Big things come in small packages. Unfortunately, that includes big risks.

A small listed company is a seed of growth or danger and it is often difficult to tell which. Small companies don't always get the attention.

But the investors who love them, and many do, hope these small - if not always perfectly formed - packages produce a butterfly. Not a jack-in-the-box.


The transformation story is part of the appeal of small companies. Large companies have outgrown, and perhaps deviated from, their origins. Small companies are still living theirs and investors can experience it with them.

It's not just narrative appeal. Small companies also deliver financial results. All investing is fundamentally about buying cheap and selling dear. And small companies which grow, ideally rapidly and for a long time, can be very good at that.

This has been a feature of markets for a long time. The Russell 2000 index (the most widely-known index of small US companies) has outperformed the S&P 500 (the most widely-known index of large US companies) on an annualised basis since 2002. This hasn't happened every year.

The S&P has outperformed over 10, five and three years. But in the last two years the Russell has come back .

The pattern is strong in New Zealand, too. The S&P NZX Small Cap Index has outperformed the S&P NZX Gross 50 Index since 2002, 2005, 2008, 2013 and 2015. In Australia, the S&P ASX 200 has outperformed the S&P ASX Small Ordinaries Index in most periods - until the last three years.

Xero is a good example of the joy and pain of investing in small companies. Xero began in an apartment and listed on the NZX in 2007 at $1 a share with a sharemarket value of just $55 million. It hit a low of 0.68c per share in January 2008. It's now on the ASX, at A$44.42 per share and a market cap of A$6.2 billion ($6.8b).

Those bald facts give a good story. But the bridging chapters from apartment to A$6b took capital raisings, new independent directors, a hedge fund, continuous scepticism about operating revenue and leaving the NZX for the ASX.

Like the growth trajectories of most small companies, the upward journey for Xero has been as much rollercoaster as rocket. Exhilaration and queasiness for management and investors alike.


Investing in small companies takes application, judgment, faith and luck.

Small companies are little known. Or unknown. Market confidence in small companies is slow to build (until it isn't, for example when they finally get on larger investors' radars) and quick to unravel.

Investors in small companies look for four things and rarely find all of them.

First, a strong position in their market and plenty of room to grow. This might be because they are the best operator. It could be because they're the only operator, perhaps because no one else wants to or can do what they do. Perhaps because no one else has thought of doing it yet.

Second, a strong management team which is a good bet for keeping the advantage they have, or just working harder and smarter than competitors.

Having a founder with substantial money in the business is also important. If they're a big investor, they want the same things as other investors. Growth.

Third, a healthy financial position. Not too much debt, ideally none. The financial raw materials to fund growth through acquisition or investing in their business.

The fourth doesn't have to be present but, in some market conditions, is sometimes enough on its own. Markets go through cycles and, in some cycles, certain companies do well.

For example, mining companies. If commodity prices are heading up, they don't have to be the best or biggest operator to benefit and for investors to benefit alongside them. This requires good timing and a disciplined approach to getting out, but it can work.

Finding and evaluating these qualities is how the small company investor generates their ideas. But even when you find a great company, investing can be tricky. For one, the founders can hold a lot of the company. This is great for alignment but not so good for getting enough of the shares yourself (or for selling them when you want to).

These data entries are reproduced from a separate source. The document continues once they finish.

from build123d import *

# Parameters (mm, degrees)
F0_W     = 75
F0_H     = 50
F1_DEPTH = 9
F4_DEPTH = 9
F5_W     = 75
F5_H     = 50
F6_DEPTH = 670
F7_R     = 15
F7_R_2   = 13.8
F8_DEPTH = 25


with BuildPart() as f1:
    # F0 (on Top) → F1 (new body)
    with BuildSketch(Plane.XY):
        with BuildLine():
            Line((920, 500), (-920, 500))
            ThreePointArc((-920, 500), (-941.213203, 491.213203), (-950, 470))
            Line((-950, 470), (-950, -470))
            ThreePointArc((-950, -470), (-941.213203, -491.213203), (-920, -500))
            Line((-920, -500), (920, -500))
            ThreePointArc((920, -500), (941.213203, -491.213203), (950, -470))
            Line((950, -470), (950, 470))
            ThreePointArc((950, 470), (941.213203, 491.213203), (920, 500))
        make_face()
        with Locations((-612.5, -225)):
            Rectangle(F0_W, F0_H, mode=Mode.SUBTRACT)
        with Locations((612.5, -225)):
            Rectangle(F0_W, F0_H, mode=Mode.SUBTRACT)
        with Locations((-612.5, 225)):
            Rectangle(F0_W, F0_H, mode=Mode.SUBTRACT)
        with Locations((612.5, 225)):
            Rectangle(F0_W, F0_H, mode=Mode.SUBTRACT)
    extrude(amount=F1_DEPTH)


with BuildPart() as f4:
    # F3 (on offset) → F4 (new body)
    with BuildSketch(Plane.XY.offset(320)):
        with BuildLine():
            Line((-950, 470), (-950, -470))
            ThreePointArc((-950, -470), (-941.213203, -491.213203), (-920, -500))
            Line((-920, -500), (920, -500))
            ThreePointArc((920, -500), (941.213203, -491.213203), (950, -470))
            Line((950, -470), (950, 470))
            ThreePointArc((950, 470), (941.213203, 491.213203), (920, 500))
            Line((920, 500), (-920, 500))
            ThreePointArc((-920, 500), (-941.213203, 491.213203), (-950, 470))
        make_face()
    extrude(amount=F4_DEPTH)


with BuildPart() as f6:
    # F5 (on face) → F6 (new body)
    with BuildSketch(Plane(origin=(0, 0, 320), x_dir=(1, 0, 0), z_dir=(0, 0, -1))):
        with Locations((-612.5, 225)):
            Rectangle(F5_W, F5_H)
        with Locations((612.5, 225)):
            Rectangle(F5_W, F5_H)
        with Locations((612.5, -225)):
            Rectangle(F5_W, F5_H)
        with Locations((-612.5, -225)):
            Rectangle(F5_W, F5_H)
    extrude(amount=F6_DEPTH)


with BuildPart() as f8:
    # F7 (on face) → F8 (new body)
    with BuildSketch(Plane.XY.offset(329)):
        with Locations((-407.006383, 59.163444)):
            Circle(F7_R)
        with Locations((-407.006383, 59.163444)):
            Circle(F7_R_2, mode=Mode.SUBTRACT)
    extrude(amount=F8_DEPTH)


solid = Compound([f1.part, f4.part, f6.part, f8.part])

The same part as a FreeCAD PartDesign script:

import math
import FreeCAD as App
import Part
import Sketcher

V = App.Vector
Q = App.Units.Quantity

doc = App.newDocument("Part")
body = doc.addObject("PartDesign::Body", "Body")

sketch1 = body.newObject("Sketcher::SketchObject", "Sketch")
sketch1.AttachmentSupport = (doc.getObject("XY_Plane"), [""])
sketch1.MapMode = "FlatFace"
sketch1.addGeometry(Part.LineSegment(V(920, 500, 0), V(-920, 500, 0)), False)
sketch1.addGeometry(Part.ArcOfCircle(Part.Circle(V(-919.999999, 469.999999, 0), V(0, 0, 1), 30.000001), math.radians(90.000003), math.radians(179.999997)), False)
sketch1.addGeometry(Part.LineSegment(V(-950, 470, 0), V(-950, -470, 0)), False)
sketch1.addGeometry(Part.ArcOfCircle(Part.Circle(V(-919.999999, -469.999999, 0), V(0, 0, 1), 30.000001), math.radians(-179.999997), math.radians(-90.000003)), False)
sketch1.addGeometry(Part.LineSegment(V(-920, -500, 0), V(920, -500, 0)), False)
sketch1.addGeometry(Part.ArcOfCircle(Part.Circle(V(919.999999, -469.999999, 0), V(0, 0, 1), 30.000001), math.radians(-89.999997), math.radians(-0.000003)), False)
sketch1.addGeometry(Part.LineSegment(V(950, -470, 0), V(950, 470, 0)), False)
sketch1.addGeometry(Part.ArcOfCircle(Part.Circle(V(919.999999, 469.999999, 0), V(0, 0, 1), 30.000001), math.radians(0.000003), math.radians(89.999997)), False)
sketch1.addGeometry(Part.LineSegment(V(-575, -250, 0), V(-650, -250, 0)), False)
sketch1.addGeometry(Part.LineSegment(V(-650, -250, 0), V(-650, -200, 0)), False)
sketch1.addGeometry(Part.LineSegment(V(-650, -200, 0), V(-575, -200, 0)), False)
sketch1.addGeometry(Part.LineSegment(V(-575, -200, 0), V(-575, -250, 0)), False)
sketch1.addGeometry(Part.LineSegment(V(650, -250, 0), V(575, -250, 0)), False)
sketch1.addGeometry(Part.LineSegment(V(575, -250, 0), V(575, -200, 0)), False)
sketch1.addGeometry(Part.LineSegment(V(575, -200, 0), V(650, -200, 0)), False)
sketch1.addGeometry(Part.LineSegment(V(650, -200, 0), V(650, -250, 0)), False)
sketch1.addGeometry(Part.LineSegment(V(-575, 200, 0), V(-650, 200, 0)), False)
sketch1.addGeometry(Part.LineSegment(V(-650, 200, 0), V(-650, 250, 0)), False)
sketch1.addGeometry(Part.LineSegment(V(-650, 250, 0), V(-575, 250, 0)), False)
sketch1.addGeometry(Part.LineSegment(V(-575, 250, 0), V(-575, 200, 0)), False)
sketch1.addGeometry(Part.LineSegment(V(650, 200, 0), V(575, 200, 0)), False)
sketch1.addGeometry(Part.LineSegment(V(575, 200, 0), V(575, 250, 0)), False)
sketch1.addGeometry(Part.LineSegment(V(575, 250, 0), V(650, 250, 0)), False)
sketch1.addGeometry(Part.LineSegment(V(650, 250, 0), V(650, 200, 0)), False)
sketch1.addConstraint(Sketcher.Constraint("Tangent", 0, 2, 1, 1))
sketch1.addConstraint(Sketcher.Constraint("Tangent", 1, 2, 2, 1))
sketch1.addConstraint(Sketcher.Constraint("Tangent", 2, 2, 3, 1))
sketch1.addConstraint(Sketcher.Constraint("Tangent", 3, 2, 4, 1))
sketch1.addConstraint(Sketcher.Constraint("Tangent", 4, 2, 5, 1))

The investor must also keep in mind the market fragility mentioned already. Small companies' prices can react more savagely to bad news or just what's seen as bad news. Returns from small companies tend to be far more volatile (a lot of volatility is cruising just beneath the surface of those long-term returns for small v large company indexes).

This requires watchfulness and managing risk, first by the size of your investment and by what news you respond to and how quickly.

For a small company a plunge in the share price could be short-lived turbulence and a buying opportunity, or could herald the first stage in a far worse and enduring death spiral.

But if you choose carefully, don't fall in love with them too much, are patient and can hold your nerve through the bumps, small company investing is rewarding.

- Mike Taylor is the chief executive of Pie Funds.